▶ _Your instructions_: Every line from the one with "v60 (-32,78,5)" to the one with "e96 v56 v59 LINE", including those two, is to be copied exactly; all other lines of the entries below are left out.

Start of Task inputs

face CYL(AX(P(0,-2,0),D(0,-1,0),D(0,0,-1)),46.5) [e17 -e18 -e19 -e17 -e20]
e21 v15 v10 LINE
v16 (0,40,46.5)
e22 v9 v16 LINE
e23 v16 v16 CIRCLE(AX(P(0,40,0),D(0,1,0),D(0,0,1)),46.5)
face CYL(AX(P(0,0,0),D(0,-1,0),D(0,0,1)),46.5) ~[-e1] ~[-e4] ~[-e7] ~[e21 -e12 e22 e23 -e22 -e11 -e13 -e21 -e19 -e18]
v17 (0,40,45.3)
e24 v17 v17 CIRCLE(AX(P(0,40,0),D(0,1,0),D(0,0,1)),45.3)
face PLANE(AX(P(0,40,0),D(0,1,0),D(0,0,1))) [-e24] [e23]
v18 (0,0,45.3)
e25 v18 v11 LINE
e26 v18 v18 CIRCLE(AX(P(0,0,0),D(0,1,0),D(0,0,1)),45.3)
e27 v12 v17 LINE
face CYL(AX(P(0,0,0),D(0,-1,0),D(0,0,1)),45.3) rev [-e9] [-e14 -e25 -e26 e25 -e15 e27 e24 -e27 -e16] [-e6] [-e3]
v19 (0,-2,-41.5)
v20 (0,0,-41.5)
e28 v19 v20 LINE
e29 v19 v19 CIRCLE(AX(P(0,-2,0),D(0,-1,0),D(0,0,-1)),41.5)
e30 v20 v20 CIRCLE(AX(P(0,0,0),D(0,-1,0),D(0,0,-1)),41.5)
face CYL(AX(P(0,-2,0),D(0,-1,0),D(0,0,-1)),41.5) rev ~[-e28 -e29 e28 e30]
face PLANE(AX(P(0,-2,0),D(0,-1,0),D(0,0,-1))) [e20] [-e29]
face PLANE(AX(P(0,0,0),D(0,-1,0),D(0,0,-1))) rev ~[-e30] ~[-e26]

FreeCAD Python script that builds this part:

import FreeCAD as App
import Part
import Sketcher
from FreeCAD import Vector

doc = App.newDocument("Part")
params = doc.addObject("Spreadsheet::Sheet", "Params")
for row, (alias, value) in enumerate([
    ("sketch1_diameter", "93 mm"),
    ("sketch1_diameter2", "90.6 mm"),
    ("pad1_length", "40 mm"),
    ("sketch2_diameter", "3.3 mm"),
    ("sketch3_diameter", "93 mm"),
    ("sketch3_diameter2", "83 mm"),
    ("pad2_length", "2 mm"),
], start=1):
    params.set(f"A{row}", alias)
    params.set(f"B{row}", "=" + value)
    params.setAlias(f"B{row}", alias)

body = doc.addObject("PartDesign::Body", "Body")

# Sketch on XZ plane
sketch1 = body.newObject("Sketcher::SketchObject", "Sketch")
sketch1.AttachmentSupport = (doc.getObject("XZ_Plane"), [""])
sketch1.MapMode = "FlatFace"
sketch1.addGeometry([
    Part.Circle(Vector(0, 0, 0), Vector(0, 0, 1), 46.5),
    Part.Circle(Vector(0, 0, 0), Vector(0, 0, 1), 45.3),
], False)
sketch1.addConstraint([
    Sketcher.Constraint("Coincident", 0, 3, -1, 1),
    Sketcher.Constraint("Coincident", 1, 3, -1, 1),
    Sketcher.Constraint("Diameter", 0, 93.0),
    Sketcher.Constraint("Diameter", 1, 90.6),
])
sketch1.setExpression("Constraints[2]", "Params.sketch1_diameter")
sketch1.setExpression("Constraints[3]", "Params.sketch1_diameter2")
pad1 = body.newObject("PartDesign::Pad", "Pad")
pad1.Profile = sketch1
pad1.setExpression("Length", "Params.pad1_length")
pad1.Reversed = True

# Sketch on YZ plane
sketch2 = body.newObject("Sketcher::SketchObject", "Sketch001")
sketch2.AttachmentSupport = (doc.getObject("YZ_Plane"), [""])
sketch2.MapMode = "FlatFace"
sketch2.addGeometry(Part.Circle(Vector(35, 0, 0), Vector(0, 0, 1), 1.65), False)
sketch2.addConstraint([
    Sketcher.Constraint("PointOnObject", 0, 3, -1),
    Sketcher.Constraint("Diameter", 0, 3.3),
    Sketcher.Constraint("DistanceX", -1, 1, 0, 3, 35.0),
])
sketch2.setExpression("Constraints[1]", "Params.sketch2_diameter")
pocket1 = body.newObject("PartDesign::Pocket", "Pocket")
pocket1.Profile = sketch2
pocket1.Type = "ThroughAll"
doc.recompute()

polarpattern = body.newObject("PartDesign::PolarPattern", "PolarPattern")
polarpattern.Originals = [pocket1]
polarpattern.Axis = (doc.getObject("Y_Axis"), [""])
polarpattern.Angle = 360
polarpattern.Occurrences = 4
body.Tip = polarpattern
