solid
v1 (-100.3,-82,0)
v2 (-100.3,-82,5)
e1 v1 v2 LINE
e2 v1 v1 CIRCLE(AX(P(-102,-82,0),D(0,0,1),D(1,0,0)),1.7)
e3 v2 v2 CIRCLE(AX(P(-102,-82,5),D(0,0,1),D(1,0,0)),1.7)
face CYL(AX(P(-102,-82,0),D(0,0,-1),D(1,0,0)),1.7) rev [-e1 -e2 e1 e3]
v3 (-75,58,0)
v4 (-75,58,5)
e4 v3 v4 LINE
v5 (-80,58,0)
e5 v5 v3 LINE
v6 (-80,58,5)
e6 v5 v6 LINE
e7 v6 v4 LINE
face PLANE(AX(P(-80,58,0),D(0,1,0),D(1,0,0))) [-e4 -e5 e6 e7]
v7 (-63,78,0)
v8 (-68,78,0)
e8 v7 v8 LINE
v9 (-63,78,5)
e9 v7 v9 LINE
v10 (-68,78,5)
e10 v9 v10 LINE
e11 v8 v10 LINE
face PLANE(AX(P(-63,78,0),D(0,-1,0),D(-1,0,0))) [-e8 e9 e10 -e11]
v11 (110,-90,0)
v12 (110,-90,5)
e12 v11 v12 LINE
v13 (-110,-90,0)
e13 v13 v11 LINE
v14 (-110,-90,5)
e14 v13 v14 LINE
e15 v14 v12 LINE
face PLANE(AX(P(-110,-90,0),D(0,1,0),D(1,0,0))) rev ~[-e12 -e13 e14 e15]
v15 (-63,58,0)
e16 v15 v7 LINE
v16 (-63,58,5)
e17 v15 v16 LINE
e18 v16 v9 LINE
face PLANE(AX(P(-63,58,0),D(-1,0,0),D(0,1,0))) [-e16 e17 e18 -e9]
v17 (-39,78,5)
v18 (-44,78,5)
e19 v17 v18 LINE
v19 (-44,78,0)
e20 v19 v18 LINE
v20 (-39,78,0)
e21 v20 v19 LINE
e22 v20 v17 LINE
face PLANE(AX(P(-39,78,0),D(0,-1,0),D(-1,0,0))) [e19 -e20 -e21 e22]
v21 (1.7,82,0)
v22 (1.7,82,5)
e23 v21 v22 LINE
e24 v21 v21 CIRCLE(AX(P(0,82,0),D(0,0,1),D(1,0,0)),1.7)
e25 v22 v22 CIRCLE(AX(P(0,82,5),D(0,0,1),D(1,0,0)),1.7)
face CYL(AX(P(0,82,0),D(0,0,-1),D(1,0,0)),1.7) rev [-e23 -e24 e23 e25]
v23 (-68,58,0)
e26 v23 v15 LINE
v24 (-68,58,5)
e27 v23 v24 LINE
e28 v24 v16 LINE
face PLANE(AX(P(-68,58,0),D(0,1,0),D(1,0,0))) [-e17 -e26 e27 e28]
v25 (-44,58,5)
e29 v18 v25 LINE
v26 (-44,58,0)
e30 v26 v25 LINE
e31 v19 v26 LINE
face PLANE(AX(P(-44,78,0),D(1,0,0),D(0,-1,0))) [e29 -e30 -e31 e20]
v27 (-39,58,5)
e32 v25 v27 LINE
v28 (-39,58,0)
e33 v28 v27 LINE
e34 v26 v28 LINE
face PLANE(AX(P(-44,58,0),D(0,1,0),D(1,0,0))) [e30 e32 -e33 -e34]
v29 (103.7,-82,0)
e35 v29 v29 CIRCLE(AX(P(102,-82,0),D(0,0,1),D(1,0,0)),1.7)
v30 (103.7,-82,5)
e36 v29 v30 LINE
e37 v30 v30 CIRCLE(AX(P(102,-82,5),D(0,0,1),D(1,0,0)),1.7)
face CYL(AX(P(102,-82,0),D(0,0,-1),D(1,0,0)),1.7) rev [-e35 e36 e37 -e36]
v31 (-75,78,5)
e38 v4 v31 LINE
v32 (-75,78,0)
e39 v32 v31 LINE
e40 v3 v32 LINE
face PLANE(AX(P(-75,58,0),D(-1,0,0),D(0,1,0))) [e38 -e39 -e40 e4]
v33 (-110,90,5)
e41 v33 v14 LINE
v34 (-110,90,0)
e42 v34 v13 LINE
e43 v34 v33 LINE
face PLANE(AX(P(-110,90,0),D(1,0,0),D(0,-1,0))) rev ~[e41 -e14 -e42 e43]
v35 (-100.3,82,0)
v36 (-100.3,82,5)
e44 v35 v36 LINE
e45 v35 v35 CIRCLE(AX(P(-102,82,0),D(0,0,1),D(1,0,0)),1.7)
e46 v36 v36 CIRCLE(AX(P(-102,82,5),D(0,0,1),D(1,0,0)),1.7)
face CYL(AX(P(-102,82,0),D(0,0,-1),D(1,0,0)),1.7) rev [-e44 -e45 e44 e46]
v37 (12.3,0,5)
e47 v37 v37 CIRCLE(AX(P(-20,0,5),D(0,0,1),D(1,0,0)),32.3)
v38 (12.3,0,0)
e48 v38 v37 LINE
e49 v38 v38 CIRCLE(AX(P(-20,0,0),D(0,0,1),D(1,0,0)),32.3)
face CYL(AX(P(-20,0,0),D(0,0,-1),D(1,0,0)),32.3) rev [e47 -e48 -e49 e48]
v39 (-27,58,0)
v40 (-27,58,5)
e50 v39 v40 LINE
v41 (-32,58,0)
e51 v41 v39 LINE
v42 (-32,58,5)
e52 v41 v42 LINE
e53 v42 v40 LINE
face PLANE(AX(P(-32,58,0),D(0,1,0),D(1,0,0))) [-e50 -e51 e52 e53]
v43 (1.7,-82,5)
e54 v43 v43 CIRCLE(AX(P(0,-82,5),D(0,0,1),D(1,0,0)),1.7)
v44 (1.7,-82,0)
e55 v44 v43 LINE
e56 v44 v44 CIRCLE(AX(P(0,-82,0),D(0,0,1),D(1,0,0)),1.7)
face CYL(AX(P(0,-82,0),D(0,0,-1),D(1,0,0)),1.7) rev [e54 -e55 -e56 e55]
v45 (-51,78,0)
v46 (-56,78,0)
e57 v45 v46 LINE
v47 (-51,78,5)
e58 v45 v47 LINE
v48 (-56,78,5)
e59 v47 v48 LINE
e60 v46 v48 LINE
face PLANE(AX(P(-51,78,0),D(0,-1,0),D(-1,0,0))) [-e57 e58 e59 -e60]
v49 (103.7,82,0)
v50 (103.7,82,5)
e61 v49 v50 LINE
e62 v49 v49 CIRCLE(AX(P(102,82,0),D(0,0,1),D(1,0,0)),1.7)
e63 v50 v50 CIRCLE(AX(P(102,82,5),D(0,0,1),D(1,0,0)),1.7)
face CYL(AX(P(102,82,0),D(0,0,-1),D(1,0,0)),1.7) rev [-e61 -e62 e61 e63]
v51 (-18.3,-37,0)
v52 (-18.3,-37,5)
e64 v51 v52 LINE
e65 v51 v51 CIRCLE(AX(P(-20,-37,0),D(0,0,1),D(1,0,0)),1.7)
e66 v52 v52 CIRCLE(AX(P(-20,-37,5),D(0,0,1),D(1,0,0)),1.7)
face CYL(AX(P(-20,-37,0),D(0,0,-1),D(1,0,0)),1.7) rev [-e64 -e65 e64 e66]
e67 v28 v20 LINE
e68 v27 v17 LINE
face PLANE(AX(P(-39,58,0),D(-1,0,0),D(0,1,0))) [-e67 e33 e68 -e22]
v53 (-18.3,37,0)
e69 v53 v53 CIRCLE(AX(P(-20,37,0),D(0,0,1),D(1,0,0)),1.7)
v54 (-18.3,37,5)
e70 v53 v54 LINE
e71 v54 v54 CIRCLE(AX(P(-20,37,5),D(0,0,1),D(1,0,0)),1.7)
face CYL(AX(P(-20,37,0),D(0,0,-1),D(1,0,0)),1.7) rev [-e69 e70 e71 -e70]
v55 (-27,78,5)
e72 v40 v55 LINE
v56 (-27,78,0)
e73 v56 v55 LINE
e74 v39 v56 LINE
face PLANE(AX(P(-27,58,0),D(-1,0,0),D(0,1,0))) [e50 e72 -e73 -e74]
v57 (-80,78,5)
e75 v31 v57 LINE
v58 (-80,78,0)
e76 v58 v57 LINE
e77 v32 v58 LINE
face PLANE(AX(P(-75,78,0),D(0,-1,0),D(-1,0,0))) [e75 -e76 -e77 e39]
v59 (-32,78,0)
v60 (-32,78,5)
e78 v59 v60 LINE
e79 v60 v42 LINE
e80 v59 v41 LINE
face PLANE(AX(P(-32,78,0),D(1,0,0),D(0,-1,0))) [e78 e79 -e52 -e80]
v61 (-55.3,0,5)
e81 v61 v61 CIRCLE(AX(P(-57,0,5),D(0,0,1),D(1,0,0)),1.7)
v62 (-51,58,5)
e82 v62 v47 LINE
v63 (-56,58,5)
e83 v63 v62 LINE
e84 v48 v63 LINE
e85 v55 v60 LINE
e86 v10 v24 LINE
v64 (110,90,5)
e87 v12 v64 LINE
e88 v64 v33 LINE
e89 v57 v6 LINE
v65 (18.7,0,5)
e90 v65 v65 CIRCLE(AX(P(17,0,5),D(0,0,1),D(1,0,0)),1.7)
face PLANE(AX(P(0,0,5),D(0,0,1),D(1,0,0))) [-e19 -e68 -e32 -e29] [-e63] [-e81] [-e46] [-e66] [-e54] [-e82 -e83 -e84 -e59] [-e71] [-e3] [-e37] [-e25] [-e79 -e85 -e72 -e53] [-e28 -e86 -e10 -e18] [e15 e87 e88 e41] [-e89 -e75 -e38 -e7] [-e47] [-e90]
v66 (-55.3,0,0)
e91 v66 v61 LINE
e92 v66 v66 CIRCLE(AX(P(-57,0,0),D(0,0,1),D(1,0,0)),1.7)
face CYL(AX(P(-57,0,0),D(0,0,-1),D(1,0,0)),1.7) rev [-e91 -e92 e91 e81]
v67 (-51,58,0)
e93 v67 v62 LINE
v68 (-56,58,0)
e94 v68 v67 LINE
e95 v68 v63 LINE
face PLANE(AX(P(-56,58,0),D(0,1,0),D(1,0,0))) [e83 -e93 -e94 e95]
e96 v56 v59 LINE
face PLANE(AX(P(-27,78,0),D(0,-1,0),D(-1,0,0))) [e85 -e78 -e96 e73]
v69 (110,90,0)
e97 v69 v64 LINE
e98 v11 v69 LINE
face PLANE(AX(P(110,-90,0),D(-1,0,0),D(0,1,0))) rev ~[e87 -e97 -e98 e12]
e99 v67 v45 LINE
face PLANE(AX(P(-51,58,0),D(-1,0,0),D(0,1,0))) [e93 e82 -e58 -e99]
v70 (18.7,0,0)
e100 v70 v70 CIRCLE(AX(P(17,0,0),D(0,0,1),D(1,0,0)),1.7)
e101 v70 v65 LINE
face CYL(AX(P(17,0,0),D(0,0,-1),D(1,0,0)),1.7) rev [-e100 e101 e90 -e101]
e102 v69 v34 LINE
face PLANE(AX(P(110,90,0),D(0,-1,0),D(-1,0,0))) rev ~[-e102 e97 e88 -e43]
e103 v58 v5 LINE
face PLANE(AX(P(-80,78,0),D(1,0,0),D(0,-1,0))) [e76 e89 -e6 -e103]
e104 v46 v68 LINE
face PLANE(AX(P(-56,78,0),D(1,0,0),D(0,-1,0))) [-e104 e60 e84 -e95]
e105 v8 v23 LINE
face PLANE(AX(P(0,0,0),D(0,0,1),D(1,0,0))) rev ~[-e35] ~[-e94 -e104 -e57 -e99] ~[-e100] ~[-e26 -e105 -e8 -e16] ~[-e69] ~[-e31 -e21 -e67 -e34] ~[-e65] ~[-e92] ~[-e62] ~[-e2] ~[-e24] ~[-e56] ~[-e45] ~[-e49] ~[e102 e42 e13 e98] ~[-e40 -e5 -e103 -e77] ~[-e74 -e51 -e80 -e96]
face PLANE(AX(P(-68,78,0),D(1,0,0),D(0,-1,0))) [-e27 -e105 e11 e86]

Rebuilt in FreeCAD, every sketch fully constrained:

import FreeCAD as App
import Part
import Sketcher

doc = App.newDocument("Part")
body = doc.addObject("PartDesign::Body", "Body")

# Sketch on XY plane
sketch1 = doc.addObject("Sketcher::SketchObject", "Sketch")
body.addObject(sketch1)
sketch1.AttachmentSupport = (doc.XY_Plane, [""])
sketch1.MapMode = "FlatFace"
sketch1.addGeometry(Part.LineSegment(App.Vector(-110, 90, 0), App.Vector(-110, -90, 0)), False)
sketch1.addGeometry(Part.LineSegment(App.Vector(-110, -90, 0), App.Vector(110, -90, 0)), False)
sketch1.addGeometry(Part.LineSegment(App.Vector(110, -90, 0), App.Vector(110, 90, 0)), False)
sketch1.addGeometry(Part.LineSegment(App.Vector(110, 90, 0), App.Vector(-110, 90, 0)), False)
sketch1.addGeometry(Part.Circle(App.Vector(-102, -82, 0), App.Vector(0, 0, 1), 1.7), False)
sketch1.addGeometry(Part.Circle(App.Vector(-20, -37, 0), App.Vector(0, 0, 1), 1.7), False)
sketch1.addGeometry(Part.Circle(App.Vector(0, -82, 0), App.Vector(0, 0, 1), 1.7), False)
sketch1.addGeometry(Part.Circle(App.Vector(102, -82, 0), App.Vector(0, 0, 1), 1.7), False)
sketch1.addGeometry(Part.Circle(App.Vector(-57, 0, 0), App.Vector(0, 0, 1), 1.7), False)
sketch1.addGeometry(Part.Circle(App.Vector(-20, 0, 0), App.Vector(0, 0, 1), 32.3), False)
sketch1.addGeometry(Part.Circle(App.Vector(-20, 37, 0), App.Vector(0, 0, 1), 1.7), False)
sketch1.addGeometry(Part.Circle(App.Vector(-102, 82, 0), App.Vector(0, 0, 1), 1.7), False)
sketch1.addGeometry(Part.LineSegment(App.Vector(-75, 58, 0), App.Vector(-80, 58, 0)), False)
sketch1.addGeometry(Part.LineSegment(App.Vector(-80, 58, 0), App.Vector(-80, 78, 0)), False)
sketch1.addGeometry(Part.LineSegment(App.Vector(-80, 78, 0), App.Vector(-75, 78, 0)), False)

End of Task inputs

▶ _Output for this task_:
v60 (-32,78,5)
e78 v59 v60 LINE
e79 v60 v42 LINE
e80 v59 v41 LINE
face PLANE(AX(P(-32,78,0),D(1,0,0),D(0,-1,0))) [e78 e79 -e52 -e80]
v61 (-55.3,0,5)
e81 v61 v61 CIRCLE(AX(P(-57,0,5),D(0,0,1),D(1,0,0)),1.7)
v62 (-51,58,5)
e82 v62 v47 LINE
v63 (-56,58,5)
e83 v63 v62 LINE
e84 v48 v63 LINE
e85 v55 v60 LINE
e86 v10 v24 LINE
v64 (110,90,5)
e87 v12 v64 LINE
e88 v64 v33 LINE
e89 v57 v6 LINE
v65 (18.7,0,5)
e90 v65 v65 CIRCLE(AX(P(17,0,5),D(0,0,1),D(1,0,0)),1.7)
face PLANE(AX(P(0,0,5),D(0,0,1),D(1,0,0))) [-e19 -e68 -e32 -e29] [-e63] [-e81] [-e46] [-e66] [-e54] [-e82 -e83 -e84 -e59] [-e71] [-e3] [-e37] [-e25] [-e79 -e85 -e72 -e53] [-e28 -e86 -e10 -e18] [e15 e87 e88 e41] [-e89 -e75 -e38 -e7] [-e47] [-e90]
v66 (-55.3,0,0)
e91 v66 v61 LINE
e92 v66 v66 CIRCLE(AX(P(-57,0,0),D(0,0,1),D(1,0,0)),1.7)
face CYL(AX(P(-57,0,0),D(0,0,-1),D(1,0,0)),1.7) rev [-e91 -e92 e91 e81]
v67 (-51,58,0)
e93 v67 v62 LINE
v68 (-56,58,0)
e94 v68 v67 LINE
e95 v68 v63 LINE
face PLANE(AX(P(-56,58,0),D(0,1,0),D(1,0,0))) [e83 -e93 -e94 e95]
e96 v56 v59 LINE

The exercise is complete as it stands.